International rights groups have roundly condemned chemical and physical castration laws as cruel and ineffective.
“While perpetrators of rape and other forms of sexual violence must be held accountable, capital punishment and torture are not the answer,” the United Nations said in a 2020 response to the practice in Nigeria’s Kaduna state. “The law allows surgical castration for male rapists, and the removal of the fallopian tubes of women convicted of the crime. … These procedures will be followed by the death penalty if the victim is under 14.”
Amnesty International condemned Madagascar earlier this year for its law allowing chemical or physical castration for the rape of minors.

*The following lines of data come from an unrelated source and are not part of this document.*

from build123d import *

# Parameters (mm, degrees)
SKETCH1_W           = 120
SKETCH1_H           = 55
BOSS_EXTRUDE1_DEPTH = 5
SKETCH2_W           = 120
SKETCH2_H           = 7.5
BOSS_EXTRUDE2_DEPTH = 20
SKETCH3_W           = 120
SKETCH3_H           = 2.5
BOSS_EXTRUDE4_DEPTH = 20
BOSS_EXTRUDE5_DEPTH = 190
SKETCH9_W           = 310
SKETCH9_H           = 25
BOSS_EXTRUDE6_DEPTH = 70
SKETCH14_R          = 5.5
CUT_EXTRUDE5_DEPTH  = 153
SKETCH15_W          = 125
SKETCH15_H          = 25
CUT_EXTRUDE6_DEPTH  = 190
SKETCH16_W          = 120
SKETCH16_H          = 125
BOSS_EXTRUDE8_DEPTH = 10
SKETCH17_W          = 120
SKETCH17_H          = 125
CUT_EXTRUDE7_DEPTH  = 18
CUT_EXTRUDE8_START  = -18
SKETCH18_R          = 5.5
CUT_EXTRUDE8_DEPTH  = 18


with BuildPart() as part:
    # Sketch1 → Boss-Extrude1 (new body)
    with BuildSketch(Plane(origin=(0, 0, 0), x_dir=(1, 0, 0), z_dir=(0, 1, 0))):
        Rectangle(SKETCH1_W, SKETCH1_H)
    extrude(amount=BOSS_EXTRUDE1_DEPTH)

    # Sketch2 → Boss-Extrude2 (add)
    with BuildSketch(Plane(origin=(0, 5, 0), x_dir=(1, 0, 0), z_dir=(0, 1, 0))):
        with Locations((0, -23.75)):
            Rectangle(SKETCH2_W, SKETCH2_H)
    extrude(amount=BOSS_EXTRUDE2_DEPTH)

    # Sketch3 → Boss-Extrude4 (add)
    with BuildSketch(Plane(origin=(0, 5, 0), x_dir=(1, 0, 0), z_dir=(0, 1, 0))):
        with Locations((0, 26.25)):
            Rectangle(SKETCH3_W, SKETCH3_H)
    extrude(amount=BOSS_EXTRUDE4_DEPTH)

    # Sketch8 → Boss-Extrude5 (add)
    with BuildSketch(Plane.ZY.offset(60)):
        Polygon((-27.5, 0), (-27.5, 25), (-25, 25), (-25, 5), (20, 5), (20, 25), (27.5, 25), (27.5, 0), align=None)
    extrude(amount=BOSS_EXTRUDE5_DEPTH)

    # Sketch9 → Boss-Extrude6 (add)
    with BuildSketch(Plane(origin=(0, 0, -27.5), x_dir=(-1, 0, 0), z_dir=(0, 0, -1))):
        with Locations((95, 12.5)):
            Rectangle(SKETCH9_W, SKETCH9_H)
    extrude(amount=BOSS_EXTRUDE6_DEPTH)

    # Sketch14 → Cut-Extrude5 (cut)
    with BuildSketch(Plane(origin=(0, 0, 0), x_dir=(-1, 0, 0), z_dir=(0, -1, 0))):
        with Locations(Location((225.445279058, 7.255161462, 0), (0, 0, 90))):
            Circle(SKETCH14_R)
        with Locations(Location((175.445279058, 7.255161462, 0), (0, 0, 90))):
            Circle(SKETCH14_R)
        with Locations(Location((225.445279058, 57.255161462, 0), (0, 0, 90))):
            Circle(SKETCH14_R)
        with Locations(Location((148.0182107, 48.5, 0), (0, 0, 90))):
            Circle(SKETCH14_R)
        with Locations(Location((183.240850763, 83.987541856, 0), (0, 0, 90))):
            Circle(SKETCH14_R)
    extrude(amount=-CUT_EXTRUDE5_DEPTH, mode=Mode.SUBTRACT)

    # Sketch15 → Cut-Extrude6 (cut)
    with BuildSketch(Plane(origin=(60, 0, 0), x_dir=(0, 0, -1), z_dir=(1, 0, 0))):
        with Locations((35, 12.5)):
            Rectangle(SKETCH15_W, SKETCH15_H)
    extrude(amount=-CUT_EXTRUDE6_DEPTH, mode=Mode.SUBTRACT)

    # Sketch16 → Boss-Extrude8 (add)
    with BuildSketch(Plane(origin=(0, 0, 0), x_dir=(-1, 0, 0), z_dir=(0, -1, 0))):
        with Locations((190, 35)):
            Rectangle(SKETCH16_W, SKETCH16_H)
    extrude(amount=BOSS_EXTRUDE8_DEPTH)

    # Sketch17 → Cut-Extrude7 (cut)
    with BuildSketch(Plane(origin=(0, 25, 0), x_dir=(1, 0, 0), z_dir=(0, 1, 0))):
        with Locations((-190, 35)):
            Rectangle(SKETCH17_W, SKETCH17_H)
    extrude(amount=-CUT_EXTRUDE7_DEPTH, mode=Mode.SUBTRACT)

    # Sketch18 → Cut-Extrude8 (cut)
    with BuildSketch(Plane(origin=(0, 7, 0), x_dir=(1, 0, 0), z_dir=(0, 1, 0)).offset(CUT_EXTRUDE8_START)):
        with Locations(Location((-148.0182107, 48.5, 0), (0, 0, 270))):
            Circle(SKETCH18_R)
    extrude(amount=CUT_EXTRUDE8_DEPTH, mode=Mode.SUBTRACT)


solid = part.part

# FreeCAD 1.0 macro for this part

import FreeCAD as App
import Part
import Sketcher
Q = App.Units.Quantity

doc = App.newDocument("Part")
body = doc.addObject("PartDesign::Body", "Body")

# Sketch on XZ plane
sketch1 = body.newObject("Sketcher::SketchObject", "Sketch")
sketch1.AttachmentSupport = (doc.getObject("XZ_Plane"), [""])
sketch1.MapMode = "FlatFace"
sketch1.addGeometry(Part.LineSegment(App.Vector(-60, -28, 0), App.Vector(-60, 28, 0)), False)
sketch1.addGeometry(Part.LineSegment(App.Vector(-60, 28, 0), App.Vector(60, 28, 0)), False)
sketch1.addGeometry(Part.LineSegment(App.Vector(60, 28, 0), App.Vector(60, -28, 0)), False)
sketch1.addGeometry(Part.LineSegment(App.Vector(60, -28, 0), App.Vector(-60, -28, 0)), False)
sketch1.addConstraint(Sketcher.Constraint("Coincident", 0, 2, 1, 1))
sketch1.addConstraint(Sketcher.Constraint("Coincident", 1, 2, 2, 1))
sketch1.addConstraint(Sketcher.Constraint("Coincident", 2, 2, 3, 1))
sketch1.addConstraint(Sketcher.Constraint("Coincident", 3, 2, 0, 1))
sketch1.addConstraint(Sketcher.Constraint("Vertical", 0))
sketch1.addConstraint(Sketcher.Constraint("Horizontal", 1))
sketch1.addConstraint(Sketcher.Constraint("Vertical", 2))
sketch1.addConstraint(Sketcher.Constraint("Horizontal", 3))
sketch1.addConstraint(Sketcher.Constraint("Symmetric", 0, 2, 2, 2, -1, 1))
sketch1.addConstraint(Sketcher.Constraint("DistanceX", 1, 1, 1, 2, Q("120 mm")))
sketch1.addConstraint(Sketcher.Constraint("DistanceY", 0, 1, 0, 2, Q("55 mm")))
pad1 = body.newObject("PartDesign::Pad", "Pad")
pad1.Profile = sketch1
pad1.Length = 5
pad1.Reversed = True

# Sketch on XZ plane
sketch2 = body.newObject("Sketcher::SketchObject", "Sketch001")
sketch2.AttachmentSupport = (doc.getObject("XZ_Plane"), [""])
sketch2.MapMode = "FlatFace"
sketch2.AttachmentOffset = App.Placement(App.Vector(0, 0, -5), App.Rotation())
sketch2.addGeometry(Part.LineSegment(App.Vector(-60, 20, 0), App.Vector(-60, 28, 0)), False)
sketch2.addGeometry(Part.LineSegment(App.Vector(-60, 28, 0), App.Vector(60, 28, 0)), False)
sketch2.addGeometry(Part.LineSegment(App.Vector(60, 28, 0), App.Vector(60, 20, 0)), False)
sketch2.addGeometry(Part.LineSegment(App.Vector(60, 20, 0), App.Vector(-60, 20, 0)), False)
sketch2.addConstraint(Sketcher.Constraint("Coincident", 0, 2, 1, 1))
sketch2.addConstraint(Sketcher.Constraint("Coincident", 1, 2, 2, 1))
sketch2.addConstraint(Sketcher.Constraint("Coincident", 2, 2, 3, 1))
sketch2.addConstraint(Sketcher.Constraint("Coincident", 3, 2, 0, 1))
sketch2.addConstraint(Sketcher.Constraint("Vertical", 0))
sketch2.addConstraint(Sketcher.Constraint("Horizontal", 1))
sketch2.addConstraint(Sketcher.Constraint("Vertical", 2))
sketch2.addConstraint(Sketcher.Constraint("Horizontal", 3))
sketch2.addConstraint(Sketcher.Constraint("DistanceX", 1, 1, 1, 2, Q("120 mm")))
sketch2.addConstraint(Sketcher.Constraint("DistanceY", 0, 1, 0, 2, Q("7.5 mm")))
sketch2.addConstraint(Sketcher.Constraint("DistanceX", 0, 2, -1, 1, Q("60 mm")))
sketch2.addConstraint(Sketcher.Constraint("DistanceY", -1, 1, 2, 2, Q("20 mm")))
pad2 = body.newObject("PartDesign::Pad", "Pad001")
pad2.Profile = sketch2
pad2.Length = 20
pad2.Reversed = True

# Sketch on XZ plane
sketch3 = body.newObject("Sketcher::SketchObject", "Sketch002")
sketch3.AttachmentSupport = (doc.getObject("XZ_Plane"), [""])
sketch3.MapMode = "FlatFace"
sketch3.AttachmentOffset = App.Placement(App.Vector(0, 0, -5), App.Rotation())
sketch3.addGeometry(Part.LineSegment(App.Vector(-60, -27.5, 0), App.Vector(-60, -25, 0)), False)
sketch3.addGeometry(Part.LineSegment(App.Vector(-60, -25, 0), App.Vector(60, -25, 0)), False)
sketch3.addGeometry(Part.LineSegment(App.Vector(60, -25, 0), App.Vector(60, -27.5, 0)), False)
sketch3.addGeometry(Part.LineSegment(App.Vector(60, -27.5, 0), App.Vector(-60, -27.5, 0)), False)
sketch3.addConstraint(Sketcher.Constraint("Coincident", 0, 2, 1, 1))
sketch3.addConstraint(Sketcher.Constraint("Coincident", 1, 2, 2, 1))
sketch3.addConstraint(Sketcher.Constraint("Coincident", 2, 2, 3, 1))
sketch3.addConstraint(Sketcher.Constraint("Coincident", 3, 2, 0, 1))
sketch3.addConstraint(Sketcher.Constraint("Vertical", 0))
sketch3.addConstraint(Sketcher.Constraint("Horizontal", 1))
sketch3.addConstraint(Sketcher.Constraint("Vertical", 2))
sketch3.addConstraint(Sketcher.Constraint("Horizontal", 3))
sketch3.addConstraint(Sketcher.Constraint("DistanceX", 1, 1, 1, 2, Q("120 mm")))
sketch3.addConstraint(Sketcher.Constraint("DistanceY", 0, 1, 0, 2, Q("2.5 mm")))
sketch3.addConstraint(Sketcher.Constraint("DistanceX", 0, 2, -1, 1, Q("60 mm")))
sketch3.addConstraint(Sketcher.Constraint("DistanceY", 0, 2, -1, 1, Q("25 mm")))
pad3 = body.newObject("PartDesign::Pad", "Pad002")
pad3.Profile = sketch3
pad3.Length = 20
pad3.Reversed = True

# Sketch on YZ plane
sketch4 = body.newObject("Sketcher::SketchObject", "Sketch003")
sketch4.AttachmentSupport = (doc.getObject("YZ_Plane"), [""])
sketch4.MapMode = "FlatFace"
sketch4.AttachmentOffset = App.Placement(App.Vector(0, 0, -60), App.Rotation())
sketch4.addGeometry(Part.LineSegment(App.Vector(25, -27.5, 0), App.Vector(0, -27.5, 0)), False)
sketch4.addGeometry(Part.LineSegment(App.Vector(0, -27.5, 0), App.Vector(0, 27.5, 0)), False)
sketch4.addGeometry(Part.LineSegment(App.Vector(0, 27.5, 0), App.Vector(25, 27.5, 0)), False)
sketch4.addGeometry(Part.LineSegment(App.Vector(25, 27.5, 0), App.Vector(25, 20, 0)), False)
sketch4.addGeometry(Part.LineSegment(App.Vector(25, 20, 0), App.Vector(5, 20, 0)), False)
sketch4.addGeometry(Part.LineSegment(App.Vector(5, 20, 0), App.Vector(5, -25, 0)), False)
sketch4.addGeometry(Part.LineSegment(App.Vector(5, -25, 0), App.Vector(25, -25, 0)), False)
sketch4.addGeometry(Part.LineSegment(App.Vector(25, -25, 0), App.Vector(25, -27.5, 0)), False)
sketch4.addConstraint(Sketcher.Constraint("Coincident", 0, 2, 1, 1))
sketch4.addConstraint(Sketcher.Constraint("Coincident", 1, 2, 2, 1))
sketch4.addConstraint(Sketcher.Constraint("Coincident", 2, 2, 3, 1))
sketch4.addConstraint(Sketcher.Constraint("Coincident", 3, 2, 4, 1))
sketch4.addConstraint(Sketcher.Constraint("Coincident", 4, 2, 5, 1))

“Implementing chemical and surgical castration, which constitutes cruel, inhuman and degrading treatment, as a punishment for those found guilty of raping minors is inconsistent with Malagasy constitutional provisions against torture and other ill-treatment, as well as regional and international human rights standards,” the watchdog group said.
Other states and nations could find themselves drawing the ire of human rights groups for their castration policies. In the U.S., only California, Florida, Iowa, Montana and the territory of Guam have chemical castration laws on the books, as do several nations including Pakistan, South Korea and Ukraine.
Meanwhile, Louisiana continues to take heat for other laws that have sailed through the legislature and across Landry’s desk. Jewish and other religious groups formed a coalition in May to protest the legalization of nitrous gas as an execution agent, while more than 100 Baptist church members and ministers sent the governor a petition opposing the Ten Commandments mandate.